Der Raddampfer "General Slocum"

Es war der Höhepunkt des Jahres: Der Sommerausflug der deutschen Gemeinde von St. Markus. Ein ganzer Stadtteil sprach damals in New York deutsch – auf der Eastside von Manhattan lag "Little Germany" im heutigen East Village. Die Einwanderer waren fleißig, aber arm und lebten in New York von den Berufen, die sie erlernt hatten, weshalb ihnen die Kirche einmal im Jahr einen Ausflug spendete. Diesmal sollte es eine Schiffsfahrt sein.
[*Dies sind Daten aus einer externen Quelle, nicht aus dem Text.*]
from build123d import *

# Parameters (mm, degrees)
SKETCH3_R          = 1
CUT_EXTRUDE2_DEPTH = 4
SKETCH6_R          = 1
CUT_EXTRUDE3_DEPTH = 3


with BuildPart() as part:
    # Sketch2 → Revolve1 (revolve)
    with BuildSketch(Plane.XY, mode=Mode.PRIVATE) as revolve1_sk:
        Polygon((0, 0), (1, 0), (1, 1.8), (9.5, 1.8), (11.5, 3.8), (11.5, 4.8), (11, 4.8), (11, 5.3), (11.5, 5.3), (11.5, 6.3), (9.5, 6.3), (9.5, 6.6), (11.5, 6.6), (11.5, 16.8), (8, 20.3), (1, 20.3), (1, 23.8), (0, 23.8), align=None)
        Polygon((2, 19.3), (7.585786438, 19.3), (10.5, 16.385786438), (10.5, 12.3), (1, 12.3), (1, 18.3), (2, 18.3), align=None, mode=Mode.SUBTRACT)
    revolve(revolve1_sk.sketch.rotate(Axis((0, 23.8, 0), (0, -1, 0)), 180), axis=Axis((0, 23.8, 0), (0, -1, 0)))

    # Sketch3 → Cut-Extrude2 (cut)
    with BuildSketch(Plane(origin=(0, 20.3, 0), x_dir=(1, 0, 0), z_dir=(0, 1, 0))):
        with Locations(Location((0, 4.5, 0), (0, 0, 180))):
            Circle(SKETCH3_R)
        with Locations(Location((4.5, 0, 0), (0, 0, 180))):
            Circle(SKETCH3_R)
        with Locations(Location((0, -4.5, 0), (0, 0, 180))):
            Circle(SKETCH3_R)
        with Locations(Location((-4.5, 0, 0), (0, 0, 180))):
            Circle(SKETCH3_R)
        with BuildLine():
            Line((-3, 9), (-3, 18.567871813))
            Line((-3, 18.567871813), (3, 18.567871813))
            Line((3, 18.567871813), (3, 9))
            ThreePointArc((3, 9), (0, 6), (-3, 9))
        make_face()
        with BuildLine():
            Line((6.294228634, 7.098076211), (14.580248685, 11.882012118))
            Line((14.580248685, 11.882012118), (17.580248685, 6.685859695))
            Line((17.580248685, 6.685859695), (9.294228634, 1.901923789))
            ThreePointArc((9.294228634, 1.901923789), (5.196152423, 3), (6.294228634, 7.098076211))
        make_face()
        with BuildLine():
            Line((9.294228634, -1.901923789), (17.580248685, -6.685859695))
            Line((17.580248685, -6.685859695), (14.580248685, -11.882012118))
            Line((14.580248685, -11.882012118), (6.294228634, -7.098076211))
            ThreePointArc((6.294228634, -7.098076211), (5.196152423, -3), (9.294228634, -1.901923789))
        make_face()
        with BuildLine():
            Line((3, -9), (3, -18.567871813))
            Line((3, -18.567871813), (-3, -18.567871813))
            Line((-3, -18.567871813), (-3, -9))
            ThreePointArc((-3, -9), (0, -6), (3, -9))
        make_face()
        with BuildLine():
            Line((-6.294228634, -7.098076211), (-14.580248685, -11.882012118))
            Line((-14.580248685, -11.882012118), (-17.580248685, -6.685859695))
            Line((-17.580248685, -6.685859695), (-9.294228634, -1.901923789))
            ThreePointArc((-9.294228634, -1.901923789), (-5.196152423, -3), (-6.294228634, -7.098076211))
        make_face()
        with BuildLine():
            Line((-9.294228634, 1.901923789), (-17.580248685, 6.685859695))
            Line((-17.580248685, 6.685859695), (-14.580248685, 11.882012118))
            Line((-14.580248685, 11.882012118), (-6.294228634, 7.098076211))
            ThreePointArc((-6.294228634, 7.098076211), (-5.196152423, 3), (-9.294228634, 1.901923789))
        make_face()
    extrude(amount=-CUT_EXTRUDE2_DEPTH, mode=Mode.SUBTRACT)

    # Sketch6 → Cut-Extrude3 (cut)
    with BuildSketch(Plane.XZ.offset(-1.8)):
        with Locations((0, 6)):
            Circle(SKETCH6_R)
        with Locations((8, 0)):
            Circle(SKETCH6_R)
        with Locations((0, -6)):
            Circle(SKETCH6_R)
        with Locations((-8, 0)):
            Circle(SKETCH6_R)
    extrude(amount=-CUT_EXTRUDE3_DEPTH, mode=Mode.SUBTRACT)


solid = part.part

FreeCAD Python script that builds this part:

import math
import FreeCAD as App
import Part
import Sketcher
Q = App.Units.Quantity

doc = App.newDocument("Part")
body = doc.addObject("PartDesign::Body", "Body")

# Sketch on XY plane
sketch1 = body.newObject("Sketcher::SketchObject", "Sketch")
sketch1.AttachmentSupport = (doc.getObject("XY_Plane"), [""])
sketch1.MapMode = "FlatFace"
sketch1.addGeometry(Part.LineSegment(App.Vector(0, 0, 0), App.Vector(1, 0, 0)), False)
sketch1.addGeometry(Part.LineSegment(App.Vector(1, 0, 0), App.Vector(1, 1.8, 0)), False)
sketch1.addGeometry(Part.LineSegment(App.Vector(1, 1.8, 0), App.Vector(9.5, 1.8, 0)), False)
sketch1.addGeometry(Part.LineSegment(App.Vector(9.5, 1.8, 0), App.Vector(11.5, 3.8, 0)), False)
sketch1.addGeometry(Part.LineSegment(App.Vector(11.5, 3.8, 0), App.Vector(11.5, 4.8, 0)), False)
sketch1.addGeometry(Part.LineSegment(App.Vector(11.5, 4.8, 0), App.Vector(11, 4.8, 0)), False)
sketch1.addGeometry(Part.LineSegment(App.Vector(11, 4.8, 0), App.Vector(11, 5.3, 0)), False)
sketch1.addGeometry(Part.LineSegment(App.Vector(11, 5.3, 0), App.Vector(11.5, 5.3, 0)), False)
sketch1.addGeometry(Part.LineSegment(App.Vector(11.5, 5.3, 0), App.Vector(11.5, 6.3, 0)), False)
sketch1.addGeometry(Part.LineSegment(App.Vector(11.5, 6.3, 0), App.Vector(9.5, 6.3, 0)), False)
sketch1.addGeometry(Part.LineSegment(App.Vector(9.5, 6.3, 0), App.Vector(9.5, 6.6, 0)), False)
sketch1.addGeometry(Part.LineSegment(App.Vector(9.5, 6.6, 0), App.Vector(11.5, 6.6, 0)), False)
sketch1.addGeometry(Part.LineSegment(App.Vector(11.5, 6.6, 0), App.Vector(11.5, 16.8, 0)), False)
sketch1.addGeometry(Part.LineSegment(App.Vector(11.5, 16.8, 0), App.Vector(8, 20.3, 0)), False)
sketch1.addGeometry(Part.LineSegment(App.Vector(8, 20.3, 0), App.Vector(1, 20.3, 0)), False)
sketch1.addGeometry(Part.LineSegment(App.Vector(1, 20.3, 0), App.Vector(1, 23.8, 0)), False)
sketch1.addGeometry(Part.LineSegment(App.Vector(1, 23.8, 0), App.Vector(0, 23.8, 0)), False)
sketch1.addGeometry(Part.LineSegment(App.Vector(0, 23.8, 0), App.Vector(0, 0, 0)), False)
sketch1.addGeometry(Part.LineSegment(App.Vector(2, 18.3, 0), App.Vector(2, 19.3, 0)), False)
sketch1.addGeometry(Part.LineSegment(App.Vector(2, 19.3, 0), App.Vector(7.59, 19.3, 0)), False)
sketch1.addGeometry(Part.LineSegment(App.Vector(7.59, 19.3, 0), App.Vector(10.5, 16.39, 0)), False)
sketch1.addGeometry(Part.LineSegment(App.Vector(10.5, 16.39, 0), App.Vector(10.5, 12.3, 0)), False)
sketch1.addGeometry(Part.LineSegment(App.Vector(10.5, 12.3, 0), App.Vector(1, 12.3, 0)), False)
sketch1.addGeometry(Part.LineSegment(App.Vector(1, 12.3, 0), App.Vector(1, 18.3, 0)), False)
sketch1.addGeometry(Part.LineSegment(App.Vector(1, 18.3, 0), App.Vector(2, 18.3, 0)), False)
sketch1.addConstraint(Sketcher.Constraint("Coincident", 0, 2, 1, 1))
sketch1.addConstraint(Sketcher.Constraint("Coincident", 1, 2, 2, 1))
sketch1.addConstraint(Sketcher.Constraint("Coincident", 2, 2, 3, 1))
sketch1.addConstraint(Sketcher.Constraint("Coincident", 3, 2, 4, 1))
sketch1.addConstraint(Sketcher.Constraint("Coincident", 4, 2, 5, 1))
sketch1.addConstraint(Sketcher.Constraint("Coincident", 5, 2, 6, 1))
sketch1.addConstraint(Sketcher.Constraint("Coincident", 6, 2, 7, 1))
sketch1.addConstraint(Sketcher.Constraint("Coincident", 7, 2, 8, 1))
sketch1.addConstraint(Sketcher.Constraint("Coincident", 8, 2, 9, 1))
sketch1.addConstraint(Sketcher.Constraint("Coincident", 9, 2, 10, 1))
sketch1.addConstraint(Sketcher.Constraint("Coincident", 10, 2, 11, 1))
sketch1.addConstraint(Sketcher.Constraint("Coincident", 11, 2, 12, 1))
sketch1.addConstraint(Sketcher.Constraint("Coincident", 12, 2, 13, 1))
sketch1.addConstraint(Sketcher.Constraint("Coincident", 13, 2, 14, 1))
sketch1.addConstraint(Sketcher.Constraint("Coincident", 14, 2, 15, 1))
sketch1.addConstraint(Sketcher.Constraint("Coincident", 15, 2, 16, 1))
sketch1.addConstraint(Sketcher.Constraint("Coincident", 16, 2, 17, 1))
Irische (grün) und deutsche (orange) Viertel in New York City um 1865

Für den 15. Juni 1904, einen Mittwoch, hatte man die "General Slocum" gechartert, ein hölzerner 76 Meter langer Schaufelraddampfer mit drei Decks, benannt nach einem Südstaaten-General des Bürgerkriegs. Das Schiff der "Knickerbocker-Reederei" war zwar nicht mehr neu, aber frisch gestrichen und beeindruckte die 1331 Frauen und Kinder, die an Bord gingen – Babys und Kleinkinder nicht mitgezählt. Die Männer mussten dagegen in die Arbeit – eine Fahrt am Wochenende hätte man sich nicht leisten können, in der Woche hatte die Charter immer noch 350 Dollar gekostet, die Pfarrer Haas bezahlte.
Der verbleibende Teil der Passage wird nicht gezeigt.